Sunday, January 12, 2020

Tenth Circuit Breviaries

Last week at the Tenth Circuit:

Standard of proof at sentencing

The Tenth Circuit generally requires district courts to find sentencing facts by only a preponderance of evidence. But it has also "reserved the question of whether, in some extraordinary or dramatic case, due process might require a higher standard of proof." United States v. Olsen, 519 F.3d 1096, 1104-06 (10th Cir. 2008); accord United States v. Ray, 704 F.3d 1307, 1314 (10th Cir. 2013) (same; citing Olsen).

Last week, in United States v. Robertson, the Tenth Circuit withdrew that reservation, at least until the Supreme Court says otherwise: "The Supreme Court has not adopted a heightened standard of proof at sentencing for contested facts, thus we hold that the correct standard of proof in this case was a preponderance of the evidence. This issue has been foreclosed in this Circuit." The Court expressly discredited any statements to the contrary in Ray.

Standing silent at sentencing

In Robertson, the district court added 10 levels* to Mr. Robertson's total offense level after finding, over Mr. Robertson's objection, that he had pointed a gun at a police officer. The officer testified, but had credibility problems. In discussing the "serious problems" it had with the officer, the district court noted that it was "surprised" that Mr. Robertson hadn't testified "under oath" to contradict the officer. On appeal, the Tenth Circuit held that (1) any error in the judge's alleged reliance on Mr. Robertson's silence was unpreserved, and therefore subject to plain-error review; and (2) the judge's statements were ambiguous, and therefore couldn't be plain error. Judge Briscoe dissented, concluding that the district court plainly erred, and stating that she would reverse and remand for resentencing.

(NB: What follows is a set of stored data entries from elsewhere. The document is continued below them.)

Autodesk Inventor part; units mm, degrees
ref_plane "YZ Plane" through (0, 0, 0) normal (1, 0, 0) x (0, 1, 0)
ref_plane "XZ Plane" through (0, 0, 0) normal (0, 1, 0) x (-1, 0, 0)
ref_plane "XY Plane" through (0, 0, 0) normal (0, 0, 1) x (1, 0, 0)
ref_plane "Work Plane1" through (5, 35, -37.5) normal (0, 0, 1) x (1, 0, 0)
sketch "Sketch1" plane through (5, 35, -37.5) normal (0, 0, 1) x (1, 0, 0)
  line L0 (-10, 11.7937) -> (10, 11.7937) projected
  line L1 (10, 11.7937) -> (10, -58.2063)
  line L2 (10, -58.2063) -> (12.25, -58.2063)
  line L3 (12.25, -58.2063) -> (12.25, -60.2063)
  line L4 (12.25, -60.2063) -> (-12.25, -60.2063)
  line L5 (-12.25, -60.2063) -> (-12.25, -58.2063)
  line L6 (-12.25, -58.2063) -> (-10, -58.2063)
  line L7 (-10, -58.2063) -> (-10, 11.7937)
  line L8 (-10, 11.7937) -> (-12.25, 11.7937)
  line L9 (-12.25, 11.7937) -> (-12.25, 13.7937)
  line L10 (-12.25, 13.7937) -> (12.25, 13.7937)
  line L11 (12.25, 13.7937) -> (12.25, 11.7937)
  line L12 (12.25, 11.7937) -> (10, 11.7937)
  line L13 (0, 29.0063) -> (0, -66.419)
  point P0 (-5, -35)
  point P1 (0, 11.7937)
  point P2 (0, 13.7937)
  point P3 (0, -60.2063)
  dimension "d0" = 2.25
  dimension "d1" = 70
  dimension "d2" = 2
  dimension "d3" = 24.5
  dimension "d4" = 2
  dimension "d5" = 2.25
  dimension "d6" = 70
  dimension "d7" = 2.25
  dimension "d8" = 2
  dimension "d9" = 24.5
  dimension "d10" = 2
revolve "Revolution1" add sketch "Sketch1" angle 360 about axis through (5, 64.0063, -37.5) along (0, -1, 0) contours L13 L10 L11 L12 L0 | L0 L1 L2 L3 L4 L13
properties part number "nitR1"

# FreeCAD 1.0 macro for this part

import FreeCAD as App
import Part
import Sketcher
Q = App.Units.Quantity

doc = App.newDocument("Part")
body = doc.addObject("PartDesign::Body", "Body")

sketch1 = body.newObject("Sketcher::SketchObject", "Sketch")
sketch1.AttachmentSupport = (doc.getObject("XY_Plane"), [""])
sketch1.MapMode = "FlatFace"
sketch1.AttachmentOffset = App.Placement(App.Vector(0, 0, -37.5), App.Rotation())
sketch1.addGeometry([
    Part.LineSegment(App.Vector(5, 48.8, 0), App.Vector(5, -25.2, 0)),
    Part.LineSegment(App.Vector(5, -25.2, 0), App.Vector(17.2, -25.2, 0)),
    Part.LineSegment(App.Vector(17.2, -25.2, 0), App.Vector(17.2, -23.2, 0)),
    Part.LineSegment(App.Vector(17.2, -23.2, 0), App.Vector(15, -23.2, 0)),
    Part.LineSegment(App.Vector(15, -23.2, 0), App.Vector(15, 46.8, 0)),
    Part.LineSegment(App.Vector(15, 46.8, 0), App.Vector(17.2, 46.8, 0)),
    Part.LineSegment(App.Vector(17.2, 46.8, 0), App.Vector(17.2, 48.8, 0)),
    Part.LineSegment(App.Vector(17.2, 48.8, 0), App.Vector(5, 48.8, 0)),
], False)
sketch1.addGeometry(Part.LineSegment(App.Vector(5, 48.8, 0), App.Vector(5, -25.2, 0)), True)
sketch1.addConstraint([
    Sketcher.Constraint("Coincident", 0, 2, 1, 1),
    Sketcher.Constraint("Coincident", 1, 2, 2, 1),
    Sketcher.Constraint("Coincident", 2, 2, 3, 1),
    Sketcher.Constraint("Coincident", 3, 2, 4, 1),
    Sketcher.Constraint("Coincident", 4, 2, 5, 1),
    Sketcher.Constraint("Coincident", 5, 2, 6, 1),
    Sketcher.Constraint("Coincident", 6, 2, 7, 1),
    Sketcher.Constraint("Coincident", 7, 2, 0, 1),
    Sketcher.Constraint("Vertical", 0),
    Sketcher.Constraint("Horizontal", 1),
    Sketcher.Constraint("Vertical", 2),
    Sketcher.Constraint("Horizontal", 3),
    Sketcher.Constraint("Vertical", 4),
    Sketcher.Constraint("Horizontal", 5),
    Sketcher.Constraint("Vertical", 6),
    Sketcher.Constraint("Horizontal", 7),
    Sketcher.Constraint("Vertical", 8),
    Sketcher.Constraint("Coincident", 8, 1, 7, 2),
    Sketcher.Constraint("Horizontal", 1, 2, 8, 2),
    Sketcher.Constraint("Vertical", 2, 2, 5, 2),
    Sketcher.Constraint("Equal", 2, 6),
    Sketcher.Constraint("DistanceY", 2, 1, 2, 2, Q("2 mm")),
    Sketcher.Constraint("DistanceY", 4, 1, 4, 2, Q("70 mm")),
    Sketcher.Constraint("DistanceX", 3, 2, 3, 1, Q("2.25 mm")),
    Sketcher.Constraint("DistanceX", -1, 1, 0, 2, Q("5 mm")),
    Sketcher.Constraint("DistanceX", -1, 1, 3, 2, Q("15 mm")),
    Sketcher.Constraint("DistanceY", 0, 2, -1, 1, Q("25.2063 mm")),
])
revolution = body.newObject("PartDesign::Revolution", "Revolution")
revolution.Profile = sketch1
revolution.ReferenceAxis = (sketch1, ["Axis0"])
revolution.Angle = 360

doc.recompute()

* This was done by combining a firearm enhancement, USSG § 2K2.1, with an enhancement for assaulting a law-enforcement officer, USSG § 3A1.2.

Relevant conduct

Is the ultimate determination of relevant conduct an issue of law, reviewed de novo on appeal, or an issue of fact reviewed only for clear error? Alas, we cannot say. In United States v. Garcia, the Tenth Circuit noted this "perplex[ing]" question, but chose not to answer it, holding instead that Mr. Garcia's relevant-conduct challenge relied on a subsidiary factual question, which was unquestionably reviewable only for clear error.

In Garcia, a 922(g) case, the Tenth Circuit found no error in the district court's treatment of Mr. Garcia's prior firearms possession (one year before his current offense conduct) as course-of-conduct relevant conduct. Read Garcia if you want a detailed analysis of the factors relevant to this analysis: similarity, regularity or repetition, and temporal proximity (but keep in mind that the analysis here is under plain-error review).

Substantive unreasonableness

Thinking about arguing on appeal that your client's above-guidelines sentence is substantively unreasonable? Just know that you have a long row to hoe. In Garcia, the Tenth Circuit rejected Mr. Garcia's substantive-reasonableness challenge to an upward variance of 39 months above the high end of his guidelines range. In affirming the variance, the Tenth Circuit held that it was supported by Mr. Garcia's personal history. The Tenth Circuit was unpersuaded by either Mr. Garcia's proffered statistics about median firearms sentences within the Tenth Circuit ("his argument plainly does not implicate the kind of disparities that § 3553(a)(6) seeks to avoid---that is, nationwide disparities"), or his national statistics ("Mr. Garcia does not place them in a meaningful 'context.'").